Mayor of Saratoga Springs, New York
- In office 1980–1990
- Preceded by: Raymond Watkin
- Succeeded by: Almeda C. Dake

Personal details
- Born: January 6, 1918 Corinth, New York
- Died: December 31, 2006 (aged 88) Saratoga Springs, New York

= Ellsworth Jones =

American politician

Ellsworth J. Jones, Jr. (January 6, 1918 – December 31, 2006) was a Mayor of Saratoga Springs, New York, and veteran of World War II.

==Early life==
He was born on January 6, 1918, in Corinth, New York, to Mary Swider and Ellsworth J. Jones Sr. His sisters were Katherin, Mary Louise, and Eleanor and his brother was John F. Jones' father was born November 23, 1888, in Vermont and died September 12, 1971, in Corinth, New York. Jones Sr. was proprietor of the Central Hotel in Corinth, and later became vice president of Hayes Tobacco Company.
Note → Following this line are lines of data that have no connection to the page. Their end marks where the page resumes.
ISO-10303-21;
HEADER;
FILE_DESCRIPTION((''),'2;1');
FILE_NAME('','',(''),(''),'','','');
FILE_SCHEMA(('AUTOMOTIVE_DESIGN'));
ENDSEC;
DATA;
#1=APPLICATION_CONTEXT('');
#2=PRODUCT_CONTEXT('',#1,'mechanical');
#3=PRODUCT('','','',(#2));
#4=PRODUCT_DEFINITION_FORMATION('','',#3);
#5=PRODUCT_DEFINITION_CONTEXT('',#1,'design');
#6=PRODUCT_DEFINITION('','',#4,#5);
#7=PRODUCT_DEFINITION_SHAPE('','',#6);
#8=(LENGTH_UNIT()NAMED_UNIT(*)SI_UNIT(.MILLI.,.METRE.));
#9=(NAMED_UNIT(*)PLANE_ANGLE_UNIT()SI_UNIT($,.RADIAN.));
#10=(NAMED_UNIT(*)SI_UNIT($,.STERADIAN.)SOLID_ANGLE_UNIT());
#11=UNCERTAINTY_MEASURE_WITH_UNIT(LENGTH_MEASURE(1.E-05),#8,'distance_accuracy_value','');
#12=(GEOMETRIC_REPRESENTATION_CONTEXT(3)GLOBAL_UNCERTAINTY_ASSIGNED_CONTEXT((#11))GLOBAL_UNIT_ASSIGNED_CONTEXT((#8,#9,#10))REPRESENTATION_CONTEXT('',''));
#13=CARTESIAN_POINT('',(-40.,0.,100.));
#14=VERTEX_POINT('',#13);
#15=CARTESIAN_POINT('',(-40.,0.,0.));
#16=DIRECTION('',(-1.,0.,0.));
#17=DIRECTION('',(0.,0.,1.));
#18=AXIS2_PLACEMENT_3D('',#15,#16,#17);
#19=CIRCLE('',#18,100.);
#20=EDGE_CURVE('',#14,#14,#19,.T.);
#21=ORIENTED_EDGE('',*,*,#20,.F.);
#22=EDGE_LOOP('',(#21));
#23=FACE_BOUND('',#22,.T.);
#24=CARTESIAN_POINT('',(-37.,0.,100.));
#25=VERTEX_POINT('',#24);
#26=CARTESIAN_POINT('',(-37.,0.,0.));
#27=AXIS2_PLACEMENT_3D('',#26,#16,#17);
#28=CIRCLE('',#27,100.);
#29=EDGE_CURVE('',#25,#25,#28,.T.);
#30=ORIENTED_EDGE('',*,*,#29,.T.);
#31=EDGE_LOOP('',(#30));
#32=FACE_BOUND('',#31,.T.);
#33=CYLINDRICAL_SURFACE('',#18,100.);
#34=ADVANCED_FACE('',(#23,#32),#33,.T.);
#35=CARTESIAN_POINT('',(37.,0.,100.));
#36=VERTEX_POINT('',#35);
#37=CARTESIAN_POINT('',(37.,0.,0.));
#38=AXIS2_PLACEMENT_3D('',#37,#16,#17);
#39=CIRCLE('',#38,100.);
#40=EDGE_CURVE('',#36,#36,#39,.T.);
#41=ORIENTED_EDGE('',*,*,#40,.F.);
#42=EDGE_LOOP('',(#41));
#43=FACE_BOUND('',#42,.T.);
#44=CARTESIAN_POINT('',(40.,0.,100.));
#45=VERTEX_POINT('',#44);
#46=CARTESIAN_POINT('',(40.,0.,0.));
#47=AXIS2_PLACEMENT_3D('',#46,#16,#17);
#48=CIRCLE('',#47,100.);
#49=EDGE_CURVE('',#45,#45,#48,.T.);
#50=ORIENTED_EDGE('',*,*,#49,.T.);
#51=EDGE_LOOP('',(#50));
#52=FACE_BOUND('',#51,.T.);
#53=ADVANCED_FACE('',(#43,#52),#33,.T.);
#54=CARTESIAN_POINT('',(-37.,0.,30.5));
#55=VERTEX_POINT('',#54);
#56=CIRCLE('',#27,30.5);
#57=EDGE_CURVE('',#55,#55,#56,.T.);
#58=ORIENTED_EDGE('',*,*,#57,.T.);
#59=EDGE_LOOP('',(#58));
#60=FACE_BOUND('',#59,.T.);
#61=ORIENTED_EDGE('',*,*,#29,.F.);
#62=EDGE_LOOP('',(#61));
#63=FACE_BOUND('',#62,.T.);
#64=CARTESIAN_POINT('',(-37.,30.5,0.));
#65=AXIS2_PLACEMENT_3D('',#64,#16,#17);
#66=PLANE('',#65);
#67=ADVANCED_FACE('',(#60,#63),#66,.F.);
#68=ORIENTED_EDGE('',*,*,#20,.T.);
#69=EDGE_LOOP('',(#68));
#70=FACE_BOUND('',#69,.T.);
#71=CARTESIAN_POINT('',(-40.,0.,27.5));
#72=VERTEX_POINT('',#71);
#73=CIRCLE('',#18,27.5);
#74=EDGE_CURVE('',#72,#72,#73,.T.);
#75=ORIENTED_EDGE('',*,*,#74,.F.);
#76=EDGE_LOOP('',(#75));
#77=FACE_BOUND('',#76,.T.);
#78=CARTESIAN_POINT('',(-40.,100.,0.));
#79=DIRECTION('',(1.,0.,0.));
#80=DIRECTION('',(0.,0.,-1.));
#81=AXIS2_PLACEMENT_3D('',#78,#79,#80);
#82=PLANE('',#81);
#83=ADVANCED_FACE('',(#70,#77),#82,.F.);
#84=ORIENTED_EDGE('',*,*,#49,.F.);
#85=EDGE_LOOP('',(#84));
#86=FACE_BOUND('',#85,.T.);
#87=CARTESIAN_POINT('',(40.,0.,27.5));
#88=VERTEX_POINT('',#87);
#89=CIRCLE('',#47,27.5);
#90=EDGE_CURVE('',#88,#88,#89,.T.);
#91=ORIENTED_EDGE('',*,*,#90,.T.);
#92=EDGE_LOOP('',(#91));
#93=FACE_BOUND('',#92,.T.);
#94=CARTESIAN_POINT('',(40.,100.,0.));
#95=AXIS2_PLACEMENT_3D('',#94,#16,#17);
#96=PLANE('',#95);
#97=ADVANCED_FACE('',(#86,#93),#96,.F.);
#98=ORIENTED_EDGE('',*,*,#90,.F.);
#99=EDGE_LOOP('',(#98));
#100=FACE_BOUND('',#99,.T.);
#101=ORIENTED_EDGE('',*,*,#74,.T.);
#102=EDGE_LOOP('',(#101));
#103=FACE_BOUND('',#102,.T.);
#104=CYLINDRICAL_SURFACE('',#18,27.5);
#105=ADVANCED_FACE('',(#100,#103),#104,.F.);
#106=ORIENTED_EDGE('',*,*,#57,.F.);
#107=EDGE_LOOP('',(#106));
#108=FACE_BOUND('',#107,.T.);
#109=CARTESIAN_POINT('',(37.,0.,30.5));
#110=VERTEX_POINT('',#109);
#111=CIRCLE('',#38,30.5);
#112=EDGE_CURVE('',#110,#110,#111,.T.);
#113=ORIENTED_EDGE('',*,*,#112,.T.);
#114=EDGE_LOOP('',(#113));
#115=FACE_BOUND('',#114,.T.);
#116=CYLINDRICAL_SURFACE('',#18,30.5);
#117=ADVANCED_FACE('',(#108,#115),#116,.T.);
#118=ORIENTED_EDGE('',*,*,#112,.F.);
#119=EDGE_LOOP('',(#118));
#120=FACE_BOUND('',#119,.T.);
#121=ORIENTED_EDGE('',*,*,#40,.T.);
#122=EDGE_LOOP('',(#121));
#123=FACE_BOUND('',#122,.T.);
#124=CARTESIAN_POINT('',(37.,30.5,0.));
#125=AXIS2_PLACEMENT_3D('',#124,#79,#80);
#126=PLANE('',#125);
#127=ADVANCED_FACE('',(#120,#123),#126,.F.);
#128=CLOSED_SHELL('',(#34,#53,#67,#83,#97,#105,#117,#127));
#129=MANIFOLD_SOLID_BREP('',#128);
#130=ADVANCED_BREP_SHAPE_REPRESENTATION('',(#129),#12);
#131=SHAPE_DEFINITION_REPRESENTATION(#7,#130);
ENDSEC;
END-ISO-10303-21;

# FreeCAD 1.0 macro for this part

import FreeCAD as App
import Part
import Sketcher

V = App.Vector

doc = App.newDocument("Part")
body = doc.addObject("PartDesign::Body", "Body")

# Sketch on XY plane
sketch1 = body.newObject("Sketcher::SketchObject", "Sketch")
sketch1.AttachmentSupport = (doc.getObject("XY_Plane"), [""])
sketch1.MapMode = "FlatFace"
sketch1.addGeometry(Part.LineSegment(V(37, 30.5, 0), V(-37, 30.5, 0)), False)
sketch1.addGeometry(Part.LineSegment(V(-37, 30.5, 0), V(-37, 100, 0)), False)
sketch1.addGeometry(Part.LineSegment(V(-37, 100, 0), V(-40, 100, 0)), False)
sketch1.addGeometry(Part.LineSegment(V(-40, 100, 0), V(-40, 27.5, 0)), False)
sketch1.addGeometry(Part.LineSegment(V(-40, 27.5, 0), V(40, 27.5, 0)), False)
sketch1.addGeometry(Part.LineSegment(V(40, 27.5, 0), V(40, 100, 0)), False)
sketch1.addGeometry(Part.LineSegment(V(40, 100, 0), V(37, 100, 0)), False)
sketch1.addGeometry(Part.LineSegment(V(37, 100, 0), V(37, 30.5, 0)), False)
sketch1.addConstraint(Sketcher.Constraint("Coincident", 0, 2, 1, 1))
sketch1.addConstraint(Sketcher.Constraint("Coincident", 1, 2, 2, 1))
sketch1.addConstraint(Sketcher.Constraint("Coincident", 2, 2, 3, 1))
sketch1.addConstraint(Sketcher.Constraint("Coincident", 3, 2, 4, 1))
sketch1.addConstraint(Sketcher.Constraint("Coincident", 4, 2, 5, 1))
sketch1.addConstraint(Sketcher.Constraint("Coincident", 5, 2, 6, 1))
sketch1.addConstraint(Sketcher.Constraint("Coincident", 6, 2, 7, 1))
sketch1.addConstraint(Sketcher.Constraint("Coincident", 7, 2, 0, 1))
sketch1.addConstraint(Sketcher.Constraint("Horizontal", 0))
sketch1.addConstraint(Sketcher.Constraint("Vertical", 1))
sketch1.addConstraint(Sketcher.Constraint("Horizontal", 2))
sketch1.addConstraint(Sketcher.Constraint("Vertical", 3))
sketch1.addConstraint(Sketcher.Constraint("Horizontal", 4))
sketch1.addConstraint(Sketcher.Constraint("Vertical", 5))
sketch1.addConstraint(Sketcher.Constraint("Horizontal", 6))
sketch1.addConstraint(Sketcher.Constraint("Vertical", 7))
sketch1.addConstraint(Sketcher.Constraint("Symmetric", 2, 2, 5, 2, -2))
sketch1.addConstraint(Sketcher.Constraint("Equal", 2, 6))
sketch1.addConstraint(Sketcher.Constraint("DistanceX", 0, 2, 0, 1, 74.0))
sketch1.addConstraint(Sketcher.Constraint("DistanceX", 2, 2, 2, 1, 3.0))
sketch1.addConstraint(Sketcher.Constraint("DistanceY", 1, 1, 1, 2, 69.5))
sketch1.addConstraint(Sketcher.Constraint("DistanceY", 3, 2, 3, 1, 72.5))
sketch1.addConstraint(Sketcher.Constraint("DistanceY", -1, 1, 1, 2, 100.0))
revolution = body.newObject("PartDesign::Revolution", "Revolution")
revolution.Profile = sketch1
revolution.ReferenceAxis = (sketch1, ["H_Axis"])
revolution.Angle = 360

doc.recompute()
Jones graduated from St. Mary's – St. Alphonsus Regional Catholic School in 1936. He enlisted in the United States Army in January 1942.

==World War II service==

Jones joined the service in early 1942, shortly after the attack on Pearl Harbor. He rose through the ranks quickly, becoming a paratrooper with the famed 101st Airborne Division, the "Screaming Eagles." He participated in the D-Day invasion of Normandy, commanding a platoon of troops as 1st Lieutenant, within G Company, 502 Parachute Infantry Regiment, 101st Airborne Division. After parachuting several miles inland from the French coast during the early morning hours of June 6 troops under his command successfully captured and disabled a German 88mm gun firing on Utah Beach, the platoon's primary objective. Jones and his troops participated in the battle of Carentan (June 10–12). During the battle, Jones was hit in the back by shrapnel from a German bomb when fighter planes strafed his position. A 1 in square piece of steel lodged in his back. Unable to breathe, his life was spared when a fellow paratrooper covered up the hole in his back with his hand enabling Jones' lungs to once again fill with air.

He was awarded a Bronze Star, Purple Heart, and Croix de Guerre for his services. Later, he was active in veterans groups and in 2005 he was inducted into the New York State Senate's Veterans Hall of Fame.

==Career==

He founded the Hayes Tobacco Company in 1952 in Saratoga Springs, New York, which he operated until selling the business in 1977. From July 1968 to April 1969, Jones was also the relocation officer for the Saratoga Springs Urban Renewal Agency, resigning in 1969 in order to focus more on his company.

In 1979 he was elected Mayor of Saratoga Springs, New York. He held the position for five terms before retiring in 1990. As mayor, he was a driving force for the construction of the Saratoga Springs City Center in 1984. He also helped attract to the city a Quad/Graphics printing press and a Ball Corporation canning factory, major employers in the city. He also worked to keep property taxes low. Upon retirement, Jones expressed frustration at the city's commission style government by which legislation is voted on by the mayor and four commissioners, limiting the mayor's power.

==Personal life and death==
He married Betty Donohue in about 1948 and they had four children: John, Mark, Matthew, and Susan. He died on New Year's Eve, December 31, 2006.